That’s where I stand.

  That’s all the airtime I’ll dedicate to this issue, so let’s proceed.

  What we know so far about Arla Macleod is that there were some issues that could have, and perhaps should have, been identified in her teenage years. Some of these stem from allegations about the family dynamic itself. Unfortunately not a lot is known about the inner workings of the Macleod family; by all accounts we’ve heard so far, they kept themselves to themselves. Arla’s parents had no close friends in Stanwel, Lancashire – the small mining town they moved to from Saltcoats, Ayrshire when Arla was two years old. We do know that the Macleods were staunchly Catholic and that Arla’s mother, Lucy, was very conscious of keeping up appearances. Sadly, Arla’s younger sister, Alice, has barely even been mentioned in this series.

  So it is Alice Macleod I am going to try to explore in this episode. And Paulette English is someone who may be able to shed some light on her.

  I open our chat with a question about Alice. A tumble dryer clanks away in the background, and makes the room faintly steamy.

  —I’m sorry about the racket, love. I hope it don’t interfere with your whatssama-thingy there. It’s on the blink, this.

  —Were you friends with both the Macleod girls?

  —Yeah. Well no, not really. It were Arla I was mates with; Alice was the more … the more sociable one when she were younger, you know?
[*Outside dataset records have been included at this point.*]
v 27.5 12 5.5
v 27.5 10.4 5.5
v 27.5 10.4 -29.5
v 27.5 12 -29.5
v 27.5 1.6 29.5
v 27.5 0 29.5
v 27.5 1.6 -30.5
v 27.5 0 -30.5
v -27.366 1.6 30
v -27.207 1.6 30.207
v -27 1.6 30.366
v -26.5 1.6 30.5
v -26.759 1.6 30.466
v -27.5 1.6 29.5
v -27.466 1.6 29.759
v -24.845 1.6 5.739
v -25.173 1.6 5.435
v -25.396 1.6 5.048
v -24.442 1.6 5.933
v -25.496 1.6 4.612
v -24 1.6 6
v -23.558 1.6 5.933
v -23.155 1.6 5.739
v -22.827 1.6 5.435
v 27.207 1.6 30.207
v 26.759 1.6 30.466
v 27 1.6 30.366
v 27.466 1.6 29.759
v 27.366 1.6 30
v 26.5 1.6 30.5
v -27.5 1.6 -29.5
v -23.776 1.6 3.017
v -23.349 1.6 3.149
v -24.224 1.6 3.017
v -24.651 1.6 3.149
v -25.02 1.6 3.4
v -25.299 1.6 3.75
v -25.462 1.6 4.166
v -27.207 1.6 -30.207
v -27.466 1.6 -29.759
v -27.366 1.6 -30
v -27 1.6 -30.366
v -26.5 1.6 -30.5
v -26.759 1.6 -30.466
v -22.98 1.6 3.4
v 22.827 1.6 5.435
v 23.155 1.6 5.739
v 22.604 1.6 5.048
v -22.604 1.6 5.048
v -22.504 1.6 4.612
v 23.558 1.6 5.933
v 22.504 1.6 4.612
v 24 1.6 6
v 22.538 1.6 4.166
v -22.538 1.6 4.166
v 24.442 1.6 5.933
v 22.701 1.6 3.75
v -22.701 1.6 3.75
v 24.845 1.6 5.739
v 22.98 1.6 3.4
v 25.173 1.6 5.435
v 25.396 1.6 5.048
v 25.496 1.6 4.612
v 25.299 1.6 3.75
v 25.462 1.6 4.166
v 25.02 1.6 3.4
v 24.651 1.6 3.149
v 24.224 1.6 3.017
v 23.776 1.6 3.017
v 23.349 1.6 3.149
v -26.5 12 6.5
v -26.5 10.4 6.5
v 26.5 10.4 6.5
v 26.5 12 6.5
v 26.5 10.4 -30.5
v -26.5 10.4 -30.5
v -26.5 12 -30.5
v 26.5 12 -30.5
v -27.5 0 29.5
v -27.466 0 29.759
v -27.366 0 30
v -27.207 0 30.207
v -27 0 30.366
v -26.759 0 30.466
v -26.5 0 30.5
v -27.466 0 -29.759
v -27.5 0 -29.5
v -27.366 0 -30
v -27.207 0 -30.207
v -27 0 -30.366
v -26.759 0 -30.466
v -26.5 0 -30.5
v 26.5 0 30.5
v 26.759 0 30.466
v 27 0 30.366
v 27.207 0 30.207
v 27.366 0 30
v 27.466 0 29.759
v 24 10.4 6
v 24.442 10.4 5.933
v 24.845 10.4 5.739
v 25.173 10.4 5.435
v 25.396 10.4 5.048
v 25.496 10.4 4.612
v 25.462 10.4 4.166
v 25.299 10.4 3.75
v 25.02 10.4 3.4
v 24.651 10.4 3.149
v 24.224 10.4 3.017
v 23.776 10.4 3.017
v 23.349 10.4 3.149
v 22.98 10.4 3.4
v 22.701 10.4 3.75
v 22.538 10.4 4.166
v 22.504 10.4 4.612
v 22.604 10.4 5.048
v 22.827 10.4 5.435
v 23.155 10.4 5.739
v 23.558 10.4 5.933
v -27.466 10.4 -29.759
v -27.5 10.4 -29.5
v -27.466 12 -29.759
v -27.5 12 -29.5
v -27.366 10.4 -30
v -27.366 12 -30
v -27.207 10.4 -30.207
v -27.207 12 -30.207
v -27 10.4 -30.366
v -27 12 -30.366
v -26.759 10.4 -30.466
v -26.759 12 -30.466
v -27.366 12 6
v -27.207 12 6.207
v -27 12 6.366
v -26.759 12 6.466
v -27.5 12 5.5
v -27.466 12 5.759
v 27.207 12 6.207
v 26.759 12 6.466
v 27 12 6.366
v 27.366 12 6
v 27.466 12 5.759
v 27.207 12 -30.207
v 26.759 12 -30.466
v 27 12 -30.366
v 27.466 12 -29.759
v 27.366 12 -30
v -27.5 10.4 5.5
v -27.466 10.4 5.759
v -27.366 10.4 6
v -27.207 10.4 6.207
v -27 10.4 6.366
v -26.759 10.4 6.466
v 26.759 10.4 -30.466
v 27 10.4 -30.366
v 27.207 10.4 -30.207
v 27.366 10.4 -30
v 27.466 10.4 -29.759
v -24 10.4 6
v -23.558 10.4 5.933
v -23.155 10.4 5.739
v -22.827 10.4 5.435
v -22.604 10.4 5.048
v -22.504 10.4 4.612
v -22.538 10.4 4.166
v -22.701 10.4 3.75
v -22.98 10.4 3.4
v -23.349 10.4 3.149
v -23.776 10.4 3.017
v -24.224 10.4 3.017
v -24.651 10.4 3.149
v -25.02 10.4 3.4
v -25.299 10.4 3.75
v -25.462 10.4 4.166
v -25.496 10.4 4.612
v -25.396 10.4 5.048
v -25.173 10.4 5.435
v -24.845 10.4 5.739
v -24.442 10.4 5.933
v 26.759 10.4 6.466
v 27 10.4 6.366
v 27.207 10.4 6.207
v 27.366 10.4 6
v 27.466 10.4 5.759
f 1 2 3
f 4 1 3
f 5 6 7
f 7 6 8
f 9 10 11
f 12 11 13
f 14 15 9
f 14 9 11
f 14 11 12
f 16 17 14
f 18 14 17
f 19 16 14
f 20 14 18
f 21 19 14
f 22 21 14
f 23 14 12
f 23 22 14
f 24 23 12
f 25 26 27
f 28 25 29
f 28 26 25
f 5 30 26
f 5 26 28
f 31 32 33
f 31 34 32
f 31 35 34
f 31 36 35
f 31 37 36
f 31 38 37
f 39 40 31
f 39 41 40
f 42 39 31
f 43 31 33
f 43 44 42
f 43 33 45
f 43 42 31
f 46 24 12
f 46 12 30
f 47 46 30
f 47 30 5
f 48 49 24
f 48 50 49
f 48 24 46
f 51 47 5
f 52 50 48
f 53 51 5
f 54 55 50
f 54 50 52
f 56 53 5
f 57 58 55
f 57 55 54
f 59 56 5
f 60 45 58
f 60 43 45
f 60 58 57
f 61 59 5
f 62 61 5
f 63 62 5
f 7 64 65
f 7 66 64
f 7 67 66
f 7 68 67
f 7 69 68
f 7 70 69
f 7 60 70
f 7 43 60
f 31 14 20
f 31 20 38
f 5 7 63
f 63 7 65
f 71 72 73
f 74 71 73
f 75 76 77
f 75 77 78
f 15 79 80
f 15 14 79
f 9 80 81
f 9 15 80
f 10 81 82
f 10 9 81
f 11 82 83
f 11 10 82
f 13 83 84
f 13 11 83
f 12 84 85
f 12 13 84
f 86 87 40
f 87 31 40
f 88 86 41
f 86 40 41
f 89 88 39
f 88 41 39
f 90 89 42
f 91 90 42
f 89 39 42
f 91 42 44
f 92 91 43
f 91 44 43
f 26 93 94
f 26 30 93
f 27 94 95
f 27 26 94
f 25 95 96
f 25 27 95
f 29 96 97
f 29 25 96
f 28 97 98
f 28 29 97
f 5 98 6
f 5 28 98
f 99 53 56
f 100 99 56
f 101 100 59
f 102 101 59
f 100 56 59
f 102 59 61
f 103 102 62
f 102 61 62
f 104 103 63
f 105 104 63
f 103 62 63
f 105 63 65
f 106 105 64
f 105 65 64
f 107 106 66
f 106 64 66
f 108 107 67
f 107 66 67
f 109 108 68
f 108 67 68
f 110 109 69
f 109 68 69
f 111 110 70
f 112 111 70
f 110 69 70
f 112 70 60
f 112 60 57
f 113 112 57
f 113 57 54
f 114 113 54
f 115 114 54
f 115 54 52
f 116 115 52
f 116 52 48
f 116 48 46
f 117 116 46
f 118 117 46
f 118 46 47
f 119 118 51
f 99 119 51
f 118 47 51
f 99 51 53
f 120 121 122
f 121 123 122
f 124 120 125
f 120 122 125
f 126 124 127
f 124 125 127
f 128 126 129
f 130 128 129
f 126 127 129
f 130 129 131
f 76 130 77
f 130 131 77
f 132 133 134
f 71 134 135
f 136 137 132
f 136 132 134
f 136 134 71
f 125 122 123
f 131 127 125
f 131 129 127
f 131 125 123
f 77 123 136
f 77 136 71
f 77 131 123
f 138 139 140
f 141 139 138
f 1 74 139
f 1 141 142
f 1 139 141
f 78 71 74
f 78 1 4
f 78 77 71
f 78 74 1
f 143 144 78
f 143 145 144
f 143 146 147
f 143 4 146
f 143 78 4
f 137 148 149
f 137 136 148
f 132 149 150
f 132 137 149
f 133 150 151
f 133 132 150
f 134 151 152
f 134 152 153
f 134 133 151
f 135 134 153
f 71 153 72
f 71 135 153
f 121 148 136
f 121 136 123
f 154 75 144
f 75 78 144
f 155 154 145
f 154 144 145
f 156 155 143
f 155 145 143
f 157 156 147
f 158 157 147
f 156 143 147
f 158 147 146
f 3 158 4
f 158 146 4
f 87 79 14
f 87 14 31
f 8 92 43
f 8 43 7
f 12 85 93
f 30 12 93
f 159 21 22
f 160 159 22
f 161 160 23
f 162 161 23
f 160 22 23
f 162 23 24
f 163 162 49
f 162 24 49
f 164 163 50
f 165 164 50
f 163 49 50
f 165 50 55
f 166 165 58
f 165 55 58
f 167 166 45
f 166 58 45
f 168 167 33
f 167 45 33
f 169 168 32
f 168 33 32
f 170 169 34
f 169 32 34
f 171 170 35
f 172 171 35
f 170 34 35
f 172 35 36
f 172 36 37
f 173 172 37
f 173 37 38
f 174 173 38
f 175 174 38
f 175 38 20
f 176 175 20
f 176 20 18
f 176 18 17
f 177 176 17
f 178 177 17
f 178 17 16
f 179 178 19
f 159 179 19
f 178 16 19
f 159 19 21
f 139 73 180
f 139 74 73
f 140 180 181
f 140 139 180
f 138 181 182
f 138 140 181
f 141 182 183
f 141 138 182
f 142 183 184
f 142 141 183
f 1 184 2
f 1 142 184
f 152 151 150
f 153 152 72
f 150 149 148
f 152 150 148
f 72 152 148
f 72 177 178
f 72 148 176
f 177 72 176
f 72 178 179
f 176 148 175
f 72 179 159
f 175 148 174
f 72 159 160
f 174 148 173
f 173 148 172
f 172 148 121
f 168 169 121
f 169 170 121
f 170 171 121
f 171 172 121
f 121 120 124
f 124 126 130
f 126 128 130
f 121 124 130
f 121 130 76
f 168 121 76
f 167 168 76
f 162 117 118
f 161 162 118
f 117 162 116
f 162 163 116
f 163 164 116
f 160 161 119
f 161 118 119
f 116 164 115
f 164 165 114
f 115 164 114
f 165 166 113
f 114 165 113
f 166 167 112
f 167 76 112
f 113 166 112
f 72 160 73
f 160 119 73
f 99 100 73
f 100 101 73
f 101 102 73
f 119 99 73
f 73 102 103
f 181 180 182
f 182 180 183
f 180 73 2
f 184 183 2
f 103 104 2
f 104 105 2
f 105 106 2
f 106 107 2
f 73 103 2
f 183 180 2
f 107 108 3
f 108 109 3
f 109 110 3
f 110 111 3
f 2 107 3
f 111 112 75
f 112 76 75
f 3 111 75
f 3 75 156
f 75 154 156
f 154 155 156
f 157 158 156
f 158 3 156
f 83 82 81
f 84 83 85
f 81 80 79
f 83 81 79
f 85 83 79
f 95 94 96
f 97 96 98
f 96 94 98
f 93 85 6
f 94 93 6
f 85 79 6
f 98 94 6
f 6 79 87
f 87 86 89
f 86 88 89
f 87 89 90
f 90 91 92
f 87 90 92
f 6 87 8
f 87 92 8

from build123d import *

# Parameters (mm, degrees)
SKETCH1_W           = 55
SKETCH1_H           = 61
BOSS_EXTRUDE1_DEPTH = 1.6
SKETCH2_R           = 1.5
BOSS_EXTRUDE2_DEPTH = 8.8
SKETCH3_W           = 55
SKETCH3_H           = 37
BOSS_EXTRUDE3_DEPTH = 1.6
FILLET1_R           = 1


with BuildPart() as part:
    # Sketch1 → Boss-Extrude1 (new body)
    with BuildSketch(Plane(origin=(0, 0, 0), x_dir=(1, 0, 0), z_dir=(0, 1, 0))):
        Rectangle(SKETCH1_W, SKETCH1_H)
    extrude(amount=BOSS_EXTRUDE1_DEPTH)

    # Sketch2 → Boss-Extrude2 (add)
    with BuildSketch(Plane(origin=(0, 1.6, 0), x_dir=(1, 0, 0), z_dir=(0, 1, 0))):
        with Locations(Location((-24, -4.5, 0), (0, 0, 270))):
            Circle(SKETCH2_R)
        with Locations(Location((24, -4.5, 0), (0, 0, 270))):
            Circle(SKETCH2_R)
    extrude(amount=BOSS_EXTRUDE2_DEPTH)

    # Sketch3 → Boss-Extrude3 (add)
    with BuildSketch(Plane(origin=(0, 10.4, 0), x_dir=(1, 0, 0), z_dir=(0, 1, 0))):
        with Locations((0, 12)):
            Rectangle(SKETCH3_W, SKETCH3_H)
    extrude(amount=BOSS_EXTRUDE3_DEPTH)

    # Fillet1
    fillet1_edges = [part.edges().sort_by_distance(p)[0] for p in [
        (-27.5, 11.2, -30.5),
        (-27.5, 11.2, 6.5),
        (27.5, 11.2, 6.5),
        (27.5, 11.2, -30.5),
        (-27.5, 0.8, -30.5),
        (27.5, 0.8, 30.5),
        (-27.5, 0.8, 30.5),
    ]]
    fillet(fillet1_edges, radius=FILLET1_R)


solid = part.part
Arla sort of floated round in her own little world, like she was always on the edge of everything, everyone.

  —Did you meet the Macleod sisters together, then?

  —That was a long time ago, but yeah, they was always together when they was little. You couldn’t have one without the other.

  —Inseparable?

  —Yeah, but in a funny way, you know? Like, you know when you see chicks? Baby chickens, little fluffy ones all crowding round each other under those hot lamps – they sort of reminded me of that. Arla would pick up Alice from primary after she’d finished at Saint Theresa’s. You’d see them both scuttling past, like, with their hoods up. All the other kids with their mams or dads or whatever and them two little girls on their own.

  Mind you, my memory might be…

  —What was your personal opinion of the Macleod sisters back then? I mean yours rather than the general one?

  —This is going to sound well harsh, but it was hard to feel sorry for them. It sounds proper bad, doesn’t it, but I’m only being honest. I’m like that, me – speak my mind these days, more than I did back then; loads more. Anyway, it wasn’t just me who felt like that.

  —Are you saying that people thought badly of Arla and Alice? Did people pick on them?

  —Not so much picked on, but sort of not pitied either, like I say. It were more like people just … people thought they were a bit strange, you know, but not in like, an interesting way, more in a sort of … like they was, like, I dunno. There was summat odd about them, like, it were catching. I dunno, kids are funny aren’t they?

  —Were there any rumours? Did anyone speculate about the Macleod sisters?

  —Oh yeah, there was loads of daft stuff floating about. People used to say all sorts. But it was only when I got to know Arla in year eleven that I found out that most of it was sort of true … but … but not in the way you’d expect.

  —Can you expand on that at all?

  —So there was this rumour going round – this was in year eight maybe – that Arla was only allowed to whisper at home. Honestly, I dunno where it came from; someone might have made it up. But everyone used to whisper to each other – ironically, I suppose – passing it on that Arla and Alice weren’t allowed to talk properly at home. And … it feels proper bad now telling you this … but we used to, like, jump out on them – try and make them scream. It wasn’t anything nasty – not proper nasty, not bullying, but just enough to give them a fright, you know? Just enough to get them to make a noise. And sometimes people would try and make Arla swear.

  —Make her?

  —We would just crowd round her and get her to shout ‘fuck’ or ‘bitch’ or something – it was just daft stuff.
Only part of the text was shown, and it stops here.